*Collected data*
=== Section Start ===
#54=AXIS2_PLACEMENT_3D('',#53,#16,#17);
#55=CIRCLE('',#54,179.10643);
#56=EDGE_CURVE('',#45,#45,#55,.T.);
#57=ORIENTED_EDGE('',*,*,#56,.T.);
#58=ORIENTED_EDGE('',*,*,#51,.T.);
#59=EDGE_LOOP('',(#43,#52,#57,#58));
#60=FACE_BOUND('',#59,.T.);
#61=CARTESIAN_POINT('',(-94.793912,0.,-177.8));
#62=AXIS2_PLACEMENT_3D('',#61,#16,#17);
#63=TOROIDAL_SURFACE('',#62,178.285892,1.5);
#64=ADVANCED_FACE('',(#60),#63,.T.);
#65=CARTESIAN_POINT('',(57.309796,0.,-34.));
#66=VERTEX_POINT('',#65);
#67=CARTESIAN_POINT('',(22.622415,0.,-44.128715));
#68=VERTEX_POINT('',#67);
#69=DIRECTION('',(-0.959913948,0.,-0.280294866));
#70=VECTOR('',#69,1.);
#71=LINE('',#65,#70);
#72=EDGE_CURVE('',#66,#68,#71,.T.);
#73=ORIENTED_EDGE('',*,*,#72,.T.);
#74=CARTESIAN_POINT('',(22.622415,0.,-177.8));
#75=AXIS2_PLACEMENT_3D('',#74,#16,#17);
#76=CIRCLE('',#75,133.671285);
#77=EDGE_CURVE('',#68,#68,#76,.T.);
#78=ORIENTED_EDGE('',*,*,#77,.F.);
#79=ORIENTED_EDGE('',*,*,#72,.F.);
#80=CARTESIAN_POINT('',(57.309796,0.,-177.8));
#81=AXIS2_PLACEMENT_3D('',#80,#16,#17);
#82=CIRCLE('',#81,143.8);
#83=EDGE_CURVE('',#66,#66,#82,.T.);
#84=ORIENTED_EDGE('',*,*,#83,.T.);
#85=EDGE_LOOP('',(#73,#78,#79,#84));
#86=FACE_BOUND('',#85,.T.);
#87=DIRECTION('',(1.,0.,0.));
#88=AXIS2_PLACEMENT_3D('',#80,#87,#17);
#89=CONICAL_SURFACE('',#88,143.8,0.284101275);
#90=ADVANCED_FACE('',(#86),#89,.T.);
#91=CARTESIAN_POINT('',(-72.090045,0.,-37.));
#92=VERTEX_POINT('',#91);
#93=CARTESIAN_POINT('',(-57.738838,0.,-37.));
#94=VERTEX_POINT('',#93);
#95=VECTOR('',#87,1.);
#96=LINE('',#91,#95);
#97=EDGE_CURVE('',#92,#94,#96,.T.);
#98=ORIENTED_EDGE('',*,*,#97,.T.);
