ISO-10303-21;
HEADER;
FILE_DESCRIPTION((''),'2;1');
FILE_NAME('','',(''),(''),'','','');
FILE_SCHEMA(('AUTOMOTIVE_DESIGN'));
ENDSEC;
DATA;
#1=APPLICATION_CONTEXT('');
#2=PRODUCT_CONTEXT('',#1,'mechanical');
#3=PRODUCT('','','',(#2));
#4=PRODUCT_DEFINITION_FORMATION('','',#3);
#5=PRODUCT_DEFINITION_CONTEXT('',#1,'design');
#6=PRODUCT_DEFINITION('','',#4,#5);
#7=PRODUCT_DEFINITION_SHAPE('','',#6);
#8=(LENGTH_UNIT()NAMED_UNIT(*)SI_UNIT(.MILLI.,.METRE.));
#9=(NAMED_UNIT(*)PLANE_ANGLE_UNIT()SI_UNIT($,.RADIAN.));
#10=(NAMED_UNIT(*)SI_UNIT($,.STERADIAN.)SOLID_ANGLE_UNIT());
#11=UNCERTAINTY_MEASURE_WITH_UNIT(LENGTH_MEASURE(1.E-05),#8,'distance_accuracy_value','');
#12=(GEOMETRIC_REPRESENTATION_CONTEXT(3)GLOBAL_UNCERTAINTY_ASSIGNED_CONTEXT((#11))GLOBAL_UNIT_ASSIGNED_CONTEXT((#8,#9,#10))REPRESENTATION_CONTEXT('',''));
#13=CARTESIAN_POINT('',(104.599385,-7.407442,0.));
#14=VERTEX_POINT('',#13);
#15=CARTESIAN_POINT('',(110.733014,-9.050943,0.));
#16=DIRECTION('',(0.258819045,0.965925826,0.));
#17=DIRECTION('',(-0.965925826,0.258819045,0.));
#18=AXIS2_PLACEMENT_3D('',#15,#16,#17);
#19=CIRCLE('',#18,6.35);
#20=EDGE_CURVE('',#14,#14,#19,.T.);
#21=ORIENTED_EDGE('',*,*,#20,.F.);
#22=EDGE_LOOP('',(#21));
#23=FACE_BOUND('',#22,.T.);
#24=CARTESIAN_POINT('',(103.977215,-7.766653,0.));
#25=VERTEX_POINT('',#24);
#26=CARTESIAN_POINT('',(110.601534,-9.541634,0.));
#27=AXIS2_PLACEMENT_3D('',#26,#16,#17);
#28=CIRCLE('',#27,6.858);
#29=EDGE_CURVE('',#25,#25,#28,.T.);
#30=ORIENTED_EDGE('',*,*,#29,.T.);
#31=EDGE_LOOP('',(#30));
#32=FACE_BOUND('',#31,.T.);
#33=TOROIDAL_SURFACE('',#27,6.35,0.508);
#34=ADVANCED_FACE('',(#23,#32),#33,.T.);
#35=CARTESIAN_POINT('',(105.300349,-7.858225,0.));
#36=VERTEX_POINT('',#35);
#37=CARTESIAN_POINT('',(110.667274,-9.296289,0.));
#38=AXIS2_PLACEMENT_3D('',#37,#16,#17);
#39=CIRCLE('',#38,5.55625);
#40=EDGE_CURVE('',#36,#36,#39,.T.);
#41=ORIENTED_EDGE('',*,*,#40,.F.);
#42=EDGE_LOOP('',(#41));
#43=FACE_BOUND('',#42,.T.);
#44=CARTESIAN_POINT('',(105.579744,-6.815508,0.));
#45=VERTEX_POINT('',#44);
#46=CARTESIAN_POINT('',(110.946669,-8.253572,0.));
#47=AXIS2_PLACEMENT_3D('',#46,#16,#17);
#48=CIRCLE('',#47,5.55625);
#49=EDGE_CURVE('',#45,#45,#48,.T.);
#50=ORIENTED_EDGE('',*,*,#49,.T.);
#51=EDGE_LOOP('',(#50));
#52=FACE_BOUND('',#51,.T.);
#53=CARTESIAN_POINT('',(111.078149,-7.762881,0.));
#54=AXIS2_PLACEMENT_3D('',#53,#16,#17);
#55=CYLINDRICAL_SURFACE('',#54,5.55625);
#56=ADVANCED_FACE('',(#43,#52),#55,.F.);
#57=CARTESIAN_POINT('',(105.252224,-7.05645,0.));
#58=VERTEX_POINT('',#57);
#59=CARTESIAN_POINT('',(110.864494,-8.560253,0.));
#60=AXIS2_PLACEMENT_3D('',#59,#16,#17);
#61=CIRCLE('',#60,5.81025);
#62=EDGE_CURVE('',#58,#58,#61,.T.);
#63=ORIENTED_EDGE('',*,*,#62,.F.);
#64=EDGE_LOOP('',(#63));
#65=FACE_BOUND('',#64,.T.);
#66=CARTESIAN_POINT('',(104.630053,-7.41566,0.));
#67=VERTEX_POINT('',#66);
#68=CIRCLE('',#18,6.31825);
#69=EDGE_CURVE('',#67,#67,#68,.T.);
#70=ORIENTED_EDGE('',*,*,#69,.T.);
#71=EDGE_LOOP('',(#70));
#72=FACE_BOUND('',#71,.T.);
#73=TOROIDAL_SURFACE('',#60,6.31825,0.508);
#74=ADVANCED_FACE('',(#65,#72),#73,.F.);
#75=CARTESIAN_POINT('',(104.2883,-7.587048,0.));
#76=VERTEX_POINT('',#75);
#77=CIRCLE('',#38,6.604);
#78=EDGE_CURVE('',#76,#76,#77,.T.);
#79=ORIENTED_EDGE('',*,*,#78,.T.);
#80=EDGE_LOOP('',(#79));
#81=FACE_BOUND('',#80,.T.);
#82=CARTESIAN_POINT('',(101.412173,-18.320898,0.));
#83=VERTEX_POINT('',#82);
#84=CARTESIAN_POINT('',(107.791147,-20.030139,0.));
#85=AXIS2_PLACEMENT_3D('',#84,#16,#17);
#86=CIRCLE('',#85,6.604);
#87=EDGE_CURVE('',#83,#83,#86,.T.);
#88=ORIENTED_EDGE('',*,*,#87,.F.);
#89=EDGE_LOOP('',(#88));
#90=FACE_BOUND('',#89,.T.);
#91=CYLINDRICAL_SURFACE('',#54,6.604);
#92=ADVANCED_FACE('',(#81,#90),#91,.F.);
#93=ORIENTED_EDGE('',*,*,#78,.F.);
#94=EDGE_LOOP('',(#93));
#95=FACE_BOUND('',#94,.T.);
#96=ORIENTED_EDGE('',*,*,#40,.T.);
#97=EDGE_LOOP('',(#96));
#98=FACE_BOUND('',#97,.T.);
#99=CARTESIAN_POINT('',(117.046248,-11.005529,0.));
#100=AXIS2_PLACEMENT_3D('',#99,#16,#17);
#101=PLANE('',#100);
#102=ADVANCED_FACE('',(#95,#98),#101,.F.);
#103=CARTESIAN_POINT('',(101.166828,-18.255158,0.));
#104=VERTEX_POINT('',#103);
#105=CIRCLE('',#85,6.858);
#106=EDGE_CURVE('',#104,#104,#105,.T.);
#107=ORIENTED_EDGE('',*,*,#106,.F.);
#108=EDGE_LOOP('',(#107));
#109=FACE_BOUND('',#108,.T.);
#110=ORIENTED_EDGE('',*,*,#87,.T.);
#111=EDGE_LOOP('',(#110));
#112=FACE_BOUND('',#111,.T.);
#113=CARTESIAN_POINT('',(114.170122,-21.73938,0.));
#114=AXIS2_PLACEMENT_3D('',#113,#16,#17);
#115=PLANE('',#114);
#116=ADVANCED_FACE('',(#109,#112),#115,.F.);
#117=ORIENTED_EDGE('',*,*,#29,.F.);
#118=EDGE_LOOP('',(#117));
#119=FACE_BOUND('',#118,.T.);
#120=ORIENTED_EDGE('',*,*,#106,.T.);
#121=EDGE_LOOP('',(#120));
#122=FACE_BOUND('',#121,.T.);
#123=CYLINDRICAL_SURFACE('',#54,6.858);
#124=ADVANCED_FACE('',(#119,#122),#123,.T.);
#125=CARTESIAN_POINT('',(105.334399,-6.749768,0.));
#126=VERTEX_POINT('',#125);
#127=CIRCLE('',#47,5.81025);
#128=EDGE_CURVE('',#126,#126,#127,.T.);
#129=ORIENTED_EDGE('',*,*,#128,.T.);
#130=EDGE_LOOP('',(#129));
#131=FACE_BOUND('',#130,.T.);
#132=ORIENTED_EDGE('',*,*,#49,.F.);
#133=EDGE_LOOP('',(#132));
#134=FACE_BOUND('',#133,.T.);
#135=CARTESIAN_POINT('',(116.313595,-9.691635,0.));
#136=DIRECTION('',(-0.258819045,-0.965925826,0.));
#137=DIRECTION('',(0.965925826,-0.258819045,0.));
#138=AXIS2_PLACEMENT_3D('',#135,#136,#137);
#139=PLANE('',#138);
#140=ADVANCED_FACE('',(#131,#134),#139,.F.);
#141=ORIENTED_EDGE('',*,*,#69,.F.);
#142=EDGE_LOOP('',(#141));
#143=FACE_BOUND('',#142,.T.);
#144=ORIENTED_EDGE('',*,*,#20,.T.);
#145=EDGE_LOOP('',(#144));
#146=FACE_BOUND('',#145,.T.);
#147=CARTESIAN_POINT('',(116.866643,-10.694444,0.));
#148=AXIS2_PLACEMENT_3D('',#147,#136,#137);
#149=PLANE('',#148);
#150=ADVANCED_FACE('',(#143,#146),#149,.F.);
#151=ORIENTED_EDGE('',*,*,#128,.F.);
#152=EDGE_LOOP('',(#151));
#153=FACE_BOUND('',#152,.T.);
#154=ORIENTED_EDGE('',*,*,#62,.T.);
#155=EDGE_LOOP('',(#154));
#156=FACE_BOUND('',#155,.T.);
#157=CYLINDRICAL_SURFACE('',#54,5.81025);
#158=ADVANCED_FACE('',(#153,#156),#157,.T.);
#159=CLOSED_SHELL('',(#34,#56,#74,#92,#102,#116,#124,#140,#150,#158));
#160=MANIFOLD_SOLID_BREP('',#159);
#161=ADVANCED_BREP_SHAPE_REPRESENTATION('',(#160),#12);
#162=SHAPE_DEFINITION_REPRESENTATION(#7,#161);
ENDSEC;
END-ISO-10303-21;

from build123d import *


with BuildPart() as part:
    # Sketch1 → Revolve1 (revolve)
    with BuildSketch(Plane.XY):
        with BuildLine():
            Line((114.170121614, -21.739380235), (117.046248252, -11.00552949))
            Line((117.046248252, -11.00552949), (116.034199468, -10.734351836))
            Line((116.034199468, -10.734351836), (116.313594627, -9.691634906))
            Line((116.313594627, -9.691634906), (116.558939787, -9.757374944))
            Line((116.558939787, -9.757374944), (116.47676474, -10.064056394))
            ThreePointArc((116.47676474, -10.064056394), (116.527514155, -10.449536469), (116.835974985, -10.686226788))
            Line((116.835974985, -10.686226788), (116.86664313, -10.694444293))
            ThreePointArc((116.86664313, -10.694444293), (117.17510396, -10.931134613), (117.225853375, -11.316614688))
            Line((117.225853375, -11.316614688), (114.415466774, -21.805120272))
            Line((114.415466774, -21.805120272), (114.170121614, -21.739380235))
        make_face()
    revolve(axis=Axis((111.07814933, -7.762881267, 0), (-0.258819045, -0.965925826, 0)))


solid = part.part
=== Section End ===
*Problem requirements*
From the data above, return every line from the line that has "#93=CARTESIAN_POINT('',(-57.738838,0.,-37.));" up to and including the line that has "#45=VERTEX_POINT('',#44);", exactly.

*Reply to the task*
#93=CARTESIAN_POINT('',(-57.738838,0.,-37.));
#94=VERTEX_POINT('',#93);
#95=VECTOR('',#87,1.);
#96=LINE('',#91,#95);
#97=EDGE_CURVE('',#92,#94,#96,.T.);
#98=ORIENTED_EDGE('',*,*,#97,.T.);
ISO-10303-21;
HEADER;
FILE_DESCRIPTION((''),'2;1');
FILE_NAME('','',(''),(''),'','','');
FILE_SCHEMA(('AUTOMOTIVE_DESIGN'));
ENDSEC;
DATA;
#1=APPLICATION_CONTEXT('');
#2=PRODUCT_CONTEXT('',#1,'mechanical');
#3=PRODUCT('','','',(#2));
#4=PRODUCT_DEFINITION_FORMATION('','',#3);
#5=PRODUCT_DEFINITION_CONTEXT('',#1,'design');
#6=PRODUCT_DEFINITION('','',#4,#5);
#7=PRODUCT_DEFINITION_SHAPE('','',#6);
#8=(LENGTH_UNIT()NAMED_UNIT(*)SI_UNIT(.MILLI.,.METRE.));
#9=(NAMED_UNIT(*)PLANE_ANGLE_UNIT()SI_UNIT($,.RADIAN.));
#10=(NAMED_UNIT(*)SI_UNIT($,.STERADIAN.)SOLID_ANGLE_UNIT());
#11=UNCERTAINTY_MEASURE_WITH_UNIT(LENGTH_MEASURE(1.E-05),#8,'distance_accuracy_value','');
#12=(GEOMETRIC_REPRESENTATION_CONTEXT(3)GLOBAL_UNCERTAINTY_ASSIGNED_CONTEXT((#11))GLOBAL_UNIT_ASSIGNED_CONTEXT((#8,#9,#10))REPRESENTATION_CONTEXT('',''));
#13=CARTESIAN_POINT('',(104.599385,-7.407442,0.));
#14=VERTEX_POINT('',#13);
#15=CARTESIAN_POINT('',(110.733014,-9.050943,0.));
#16=DIRECTION('',(0.258819045,0.965925826,0.));
#17=DIRECTION('',(-0.965925826,0.258819045,0.));
#18=AXIS2_PLACEMENT_3D('',#15,#16,#17);
#19=CIRCLE('',#18,6.35);
#20=EDGE_CURVE('',#14,#14,#19,.T.);
#21=ORIENTED_EDGE('',*,*,#20,.F.);
#22=EDGE_LOOP('',(#21));
#23=FACE_BOUND('',#22,.T.);
#24=CARTESIAN_POINT('',(103.977215,-7.766653,0.));
#25=VERTEX_POINT('',#24);
#26=CARTESIAN_POINT('',(110.601534,-9.541634,0.));
#27=AXIS2_PLACEMENT_3D('',#26,#16,#17);
#28=CIRCLE('',#27,6.858);
#29=EDGE_CURVE('',#25,#25,#28,.T.);
#30=ORIENTED_EDGE('',*,*,#29,.T.);
#31=EDGE_LOOP('',(#30));
#32=FACE_BOUND('',#31,.T.);
#33=TOROIDAL_SURFACE('',#27,6.35,0.508);
#34=ADVANCED_FACE('',(#23,#32),#33,.T.);
#35=CARTESIAN_POINT('',(105.300349,-7.858225,0.));
#36=VERTEX_POINT('',#35);
#37=CARTESIAN_POINT('',(110.667274,-9.296289,0.));
#38=AXIS2_PLACEMENT_3D('',#37,#16,#17);
#39=CIRCLE('',#38,5.55625);
#40=EDGE_CURVE('',#36,#36,#39,.T.);
#41=ORIENTED_EDGE('',*,*,#40,.F.);
#42=EDGE_LOOP('',(#41));
#43=FACE_BOUND('',#42,.T.);
#44=CARTESIAN_POINT('',(105.579744,-6.815508,0.));
#45=VERTEX_POINT('',#44);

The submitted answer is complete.